Start of Block

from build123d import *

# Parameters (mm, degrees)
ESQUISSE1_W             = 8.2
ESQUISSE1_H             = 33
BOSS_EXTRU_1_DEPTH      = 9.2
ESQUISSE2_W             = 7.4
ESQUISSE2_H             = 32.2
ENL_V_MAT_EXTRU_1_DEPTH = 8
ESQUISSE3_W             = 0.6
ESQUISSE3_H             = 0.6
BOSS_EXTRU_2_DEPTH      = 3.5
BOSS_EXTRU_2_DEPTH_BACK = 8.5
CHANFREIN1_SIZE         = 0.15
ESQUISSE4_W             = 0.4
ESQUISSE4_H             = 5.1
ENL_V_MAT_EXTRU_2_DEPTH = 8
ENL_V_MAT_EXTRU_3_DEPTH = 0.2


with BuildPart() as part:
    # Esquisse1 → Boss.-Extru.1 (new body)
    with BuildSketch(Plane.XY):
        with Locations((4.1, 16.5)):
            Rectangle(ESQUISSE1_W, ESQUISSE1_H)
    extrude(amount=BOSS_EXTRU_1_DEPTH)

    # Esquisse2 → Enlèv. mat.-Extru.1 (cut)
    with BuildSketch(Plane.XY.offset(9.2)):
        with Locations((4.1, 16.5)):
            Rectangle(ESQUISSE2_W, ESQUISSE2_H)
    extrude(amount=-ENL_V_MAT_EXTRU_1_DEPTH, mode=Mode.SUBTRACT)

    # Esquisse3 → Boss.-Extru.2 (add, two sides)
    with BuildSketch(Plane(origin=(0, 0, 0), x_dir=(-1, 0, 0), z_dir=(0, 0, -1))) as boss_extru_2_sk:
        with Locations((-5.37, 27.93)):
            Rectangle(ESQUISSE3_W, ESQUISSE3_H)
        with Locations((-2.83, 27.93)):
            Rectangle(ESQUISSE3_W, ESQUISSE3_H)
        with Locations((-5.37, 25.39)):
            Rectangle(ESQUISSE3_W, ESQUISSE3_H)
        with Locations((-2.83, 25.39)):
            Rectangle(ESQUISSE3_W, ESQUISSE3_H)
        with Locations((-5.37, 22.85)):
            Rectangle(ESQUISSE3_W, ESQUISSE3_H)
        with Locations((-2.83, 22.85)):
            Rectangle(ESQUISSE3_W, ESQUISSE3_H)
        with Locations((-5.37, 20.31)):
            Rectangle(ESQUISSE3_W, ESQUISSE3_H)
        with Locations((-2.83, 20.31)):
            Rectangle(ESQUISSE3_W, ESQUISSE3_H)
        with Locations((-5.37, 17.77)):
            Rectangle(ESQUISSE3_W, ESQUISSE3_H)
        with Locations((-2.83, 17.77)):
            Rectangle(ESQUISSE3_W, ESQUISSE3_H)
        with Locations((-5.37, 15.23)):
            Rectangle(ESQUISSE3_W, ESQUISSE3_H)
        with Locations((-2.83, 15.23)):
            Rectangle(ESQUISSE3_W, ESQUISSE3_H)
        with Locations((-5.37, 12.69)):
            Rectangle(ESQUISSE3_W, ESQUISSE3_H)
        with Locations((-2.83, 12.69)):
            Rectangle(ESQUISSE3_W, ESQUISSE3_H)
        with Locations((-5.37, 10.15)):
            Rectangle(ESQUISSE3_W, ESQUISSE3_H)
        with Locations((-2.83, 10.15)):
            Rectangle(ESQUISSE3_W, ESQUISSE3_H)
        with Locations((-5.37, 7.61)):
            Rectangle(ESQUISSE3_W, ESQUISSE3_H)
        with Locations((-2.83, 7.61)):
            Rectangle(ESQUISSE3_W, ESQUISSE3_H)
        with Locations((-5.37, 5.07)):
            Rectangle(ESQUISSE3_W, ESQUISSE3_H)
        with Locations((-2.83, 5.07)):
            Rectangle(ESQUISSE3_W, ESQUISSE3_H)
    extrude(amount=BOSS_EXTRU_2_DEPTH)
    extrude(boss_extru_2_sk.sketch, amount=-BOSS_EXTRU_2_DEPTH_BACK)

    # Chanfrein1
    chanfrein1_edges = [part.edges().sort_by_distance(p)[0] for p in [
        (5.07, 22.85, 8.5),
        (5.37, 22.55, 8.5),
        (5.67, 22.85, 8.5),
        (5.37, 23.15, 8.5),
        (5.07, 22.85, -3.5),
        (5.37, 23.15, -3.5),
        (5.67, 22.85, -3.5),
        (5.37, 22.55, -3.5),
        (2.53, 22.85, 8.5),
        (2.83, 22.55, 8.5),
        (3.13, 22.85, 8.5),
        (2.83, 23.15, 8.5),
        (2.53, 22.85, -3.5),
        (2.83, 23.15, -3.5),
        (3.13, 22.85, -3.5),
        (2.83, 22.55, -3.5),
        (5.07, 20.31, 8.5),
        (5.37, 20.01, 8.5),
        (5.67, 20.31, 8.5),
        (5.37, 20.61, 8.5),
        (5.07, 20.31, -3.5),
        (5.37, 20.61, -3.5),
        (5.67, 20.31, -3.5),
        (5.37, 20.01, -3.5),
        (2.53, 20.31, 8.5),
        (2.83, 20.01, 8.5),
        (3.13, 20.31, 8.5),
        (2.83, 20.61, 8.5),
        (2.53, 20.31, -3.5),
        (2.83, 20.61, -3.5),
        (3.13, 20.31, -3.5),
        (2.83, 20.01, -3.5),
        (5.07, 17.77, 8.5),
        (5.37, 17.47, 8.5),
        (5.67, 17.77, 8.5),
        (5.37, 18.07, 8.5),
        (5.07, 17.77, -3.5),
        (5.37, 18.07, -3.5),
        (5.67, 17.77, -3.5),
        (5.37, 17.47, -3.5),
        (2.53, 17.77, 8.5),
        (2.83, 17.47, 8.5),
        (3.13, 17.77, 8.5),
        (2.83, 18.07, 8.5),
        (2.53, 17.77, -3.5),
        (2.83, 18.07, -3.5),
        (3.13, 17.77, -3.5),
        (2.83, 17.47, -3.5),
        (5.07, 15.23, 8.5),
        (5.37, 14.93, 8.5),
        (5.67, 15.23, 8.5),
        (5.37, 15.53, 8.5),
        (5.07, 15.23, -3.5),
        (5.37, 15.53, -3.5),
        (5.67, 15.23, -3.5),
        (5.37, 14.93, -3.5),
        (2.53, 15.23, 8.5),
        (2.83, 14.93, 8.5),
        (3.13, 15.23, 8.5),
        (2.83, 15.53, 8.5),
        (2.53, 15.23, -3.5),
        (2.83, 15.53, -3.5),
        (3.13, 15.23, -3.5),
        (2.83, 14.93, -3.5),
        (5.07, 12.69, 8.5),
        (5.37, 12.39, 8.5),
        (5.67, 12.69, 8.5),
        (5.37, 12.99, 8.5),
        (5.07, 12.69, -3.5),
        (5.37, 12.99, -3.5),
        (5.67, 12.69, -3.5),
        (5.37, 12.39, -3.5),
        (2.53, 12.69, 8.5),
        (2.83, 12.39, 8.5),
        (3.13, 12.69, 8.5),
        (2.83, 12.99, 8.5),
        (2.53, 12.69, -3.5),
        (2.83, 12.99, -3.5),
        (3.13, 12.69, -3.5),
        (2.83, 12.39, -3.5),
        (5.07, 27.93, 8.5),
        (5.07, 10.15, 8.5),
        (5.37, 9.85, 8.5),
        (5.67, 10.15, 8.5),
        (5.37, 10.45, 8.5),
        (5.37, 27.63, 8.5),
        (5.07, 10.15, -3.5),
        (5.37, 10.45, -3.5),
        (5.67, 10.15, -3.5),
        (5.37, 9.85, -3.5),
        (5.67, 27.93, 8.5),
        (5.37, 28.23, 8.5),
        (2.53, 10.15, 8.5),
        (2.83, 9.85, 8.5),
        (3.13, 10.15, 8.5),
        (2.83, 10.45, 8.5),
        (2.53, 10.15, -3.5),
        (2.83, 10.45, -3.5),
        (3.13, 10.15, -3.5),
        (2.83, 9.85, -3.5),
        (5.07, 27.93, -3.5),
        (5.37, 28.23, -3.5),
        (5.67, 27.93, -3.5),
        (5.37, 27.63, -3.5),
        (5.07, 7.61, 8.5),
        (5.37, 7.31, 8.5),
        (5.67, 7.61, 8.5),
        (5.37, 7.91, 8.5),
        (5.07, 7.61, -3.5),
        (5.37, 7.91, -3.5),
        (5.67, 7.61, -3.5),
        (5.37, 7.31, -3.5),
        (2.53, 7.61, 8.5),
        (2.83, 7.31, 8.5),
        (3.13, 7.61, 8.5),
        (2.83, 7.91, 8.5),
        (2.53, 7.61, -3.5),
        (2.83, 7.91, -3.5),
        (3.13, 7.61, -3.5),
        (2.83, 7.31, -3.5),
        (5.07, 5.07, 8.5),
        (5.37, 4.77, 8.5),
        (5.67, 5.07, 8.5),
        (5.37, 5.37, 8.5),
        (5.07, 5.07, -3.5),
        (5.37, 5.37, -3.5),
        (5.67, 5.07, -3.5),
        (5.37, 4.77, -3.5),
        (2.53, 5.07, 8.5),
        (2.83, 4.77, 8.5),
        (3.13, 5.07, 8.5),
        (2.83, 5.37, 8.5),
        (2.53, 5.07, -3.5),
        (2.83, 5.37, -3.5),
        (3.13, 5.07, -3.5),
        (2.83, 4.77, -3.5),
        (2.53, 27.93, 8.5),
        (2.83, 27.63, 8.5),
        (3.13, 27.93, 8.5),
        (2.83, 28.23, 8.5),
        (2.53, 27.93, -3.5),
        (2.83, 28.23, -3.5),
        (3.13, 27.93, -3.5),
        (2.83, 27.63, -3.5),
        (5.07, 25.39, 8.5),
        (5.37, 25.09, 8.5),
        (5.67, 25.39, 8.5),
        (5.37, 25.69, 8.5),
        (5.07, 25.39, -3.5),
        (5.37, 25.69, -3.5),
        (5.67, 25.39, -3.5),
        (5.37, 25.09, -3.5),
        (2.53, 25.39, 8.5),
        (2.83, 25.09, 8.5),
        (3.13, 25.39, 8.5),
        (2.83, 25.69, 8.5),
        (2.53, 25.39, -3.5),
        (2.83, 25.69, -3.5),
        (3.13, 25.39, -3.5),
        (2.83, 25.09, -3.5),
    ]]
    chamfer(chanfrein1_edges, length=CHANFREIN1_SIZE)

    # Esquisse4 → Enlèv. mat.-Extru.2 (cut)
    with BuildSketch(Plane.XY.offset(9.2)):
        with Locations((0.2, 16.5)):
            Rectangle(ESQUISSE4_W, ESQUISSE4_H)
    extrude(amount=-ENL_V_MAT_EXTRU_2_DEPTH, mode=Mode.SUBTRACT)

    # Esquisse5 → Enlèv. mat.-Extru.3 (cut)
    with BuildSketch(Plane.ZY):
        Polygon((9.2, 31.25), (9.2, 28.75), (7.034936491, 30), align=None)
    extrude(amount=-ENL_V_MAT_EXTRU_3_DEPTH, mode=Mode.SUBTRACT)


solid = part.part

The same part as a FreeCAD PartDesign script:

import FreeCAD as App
import Part
import Sketcher
Q = App.Units.Quantity


def edges_at(feature, points):
    """Names of the edges that pass closest to the given points."""
    edges = feature.Shape.Edges
    near = lambda p: min(range(len(edges)), key=lambda i: edges[i].distToShape(Part.Vertex(*p))[0])
    return sorted({f"Edge{near(p) + 1}" for p in points})

doc = App.newDocument("Part")
body = doc.addObject("PartDesign::Body", "Body")

sketch1 = body.newObject("Sketcher::SketchObject", "Sketch")
sketch1.AttachmentSupport = (doc.getObject("XY_Plane"), [""])
sketch1.MapMode = "FlatFace"
sketch1.addGeometry([
    Part.LineSegment(App.Vector(0, 33, 0), App.Vector(0, 0, 0)),
    Part.LineSegment(App.Vector(0, 0, 0), App.Vector(8.2, 0, 0)),
    Part.LineSegment(App.Vector(8.2, 0, 0), App.Vector(8.2, 33, 0)),
    Part.LineSegment(App.Vector(8.2, 33, 0), App.Vector(0, 33, 0)),
], False)
sketch1.addConstraint([
    Sketcher.Constraint("Coincident", 0, 2, 1, 1),
    Sketcher.Constraint("Coincident", 1, 2, 2, 1),
    Sketcher.Constraint("Coincident", 2, 2, 3, 1),
    Sketcher.Constraint("Coincident", 3, 2, 0, 1),
    Sketcher.Constraint("Vertical", 0),
    Sketcher.Constraint("Horizontal", 1),
    Sketcher.Constraint("Vertical", 2),
    Sketcher.Constraint("Horizontal", 3),
    Sketcher.Constraint("Coincident", 0, 2, -1, 1),
    Sketcher.Constraint("DistanceY", 0, 2, 0, 1, 33.0),
    Sketcher.Constraint("DistanceX", 1, 1, 1, 2, 8.2),
])
pad1 = body.newObject("PartDesign::Pad", "Pad")
pad1.Profile = sketch1
pad1.Length = 9.2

End of Block

▸ PROBLEM REQUIREMENTS:
Output, unchanged, the lines of the listing above from the first one through the one holding "# Esquisse1 → Boss.-Extru.1 (new body)". Leave out every line after it.

▸ EXERCISE SOLUTION:
from build123d import *

# Parameters (mm, degrees)
ESQUISSE1_W             = 8.2
ESQUISSE1_H             = 33
BOSS_EXTRU_1_DEPTH      = 9.2
ESQUISSE2_W             = 7.4
ESQUISSE2_H             = 32.2
ENL_V_MAT_EXTRU_1_DEPTH = 8
ESQUISSE3_W             = 0.6
ESQUISSE3_H             = 0.6
BOSS_EXTRU_2_DEPTH      = 3.5
BOSS_EXTRU_2_DEPTH_BACK = 8.5
CHANFREIN1_SIZE         = 0.15
ESQUISSE4_W             = 0.4
ESQUISSE4_H             = 5.1
ENL_V_MAT_EXTRU_2_DEPTH = 8
ENL_V_MAT_EXTRU_3_DEPTH = 0.2


with BuildPart() as part:
    # Esquisse1 → Boss.-Extru.1 (new body)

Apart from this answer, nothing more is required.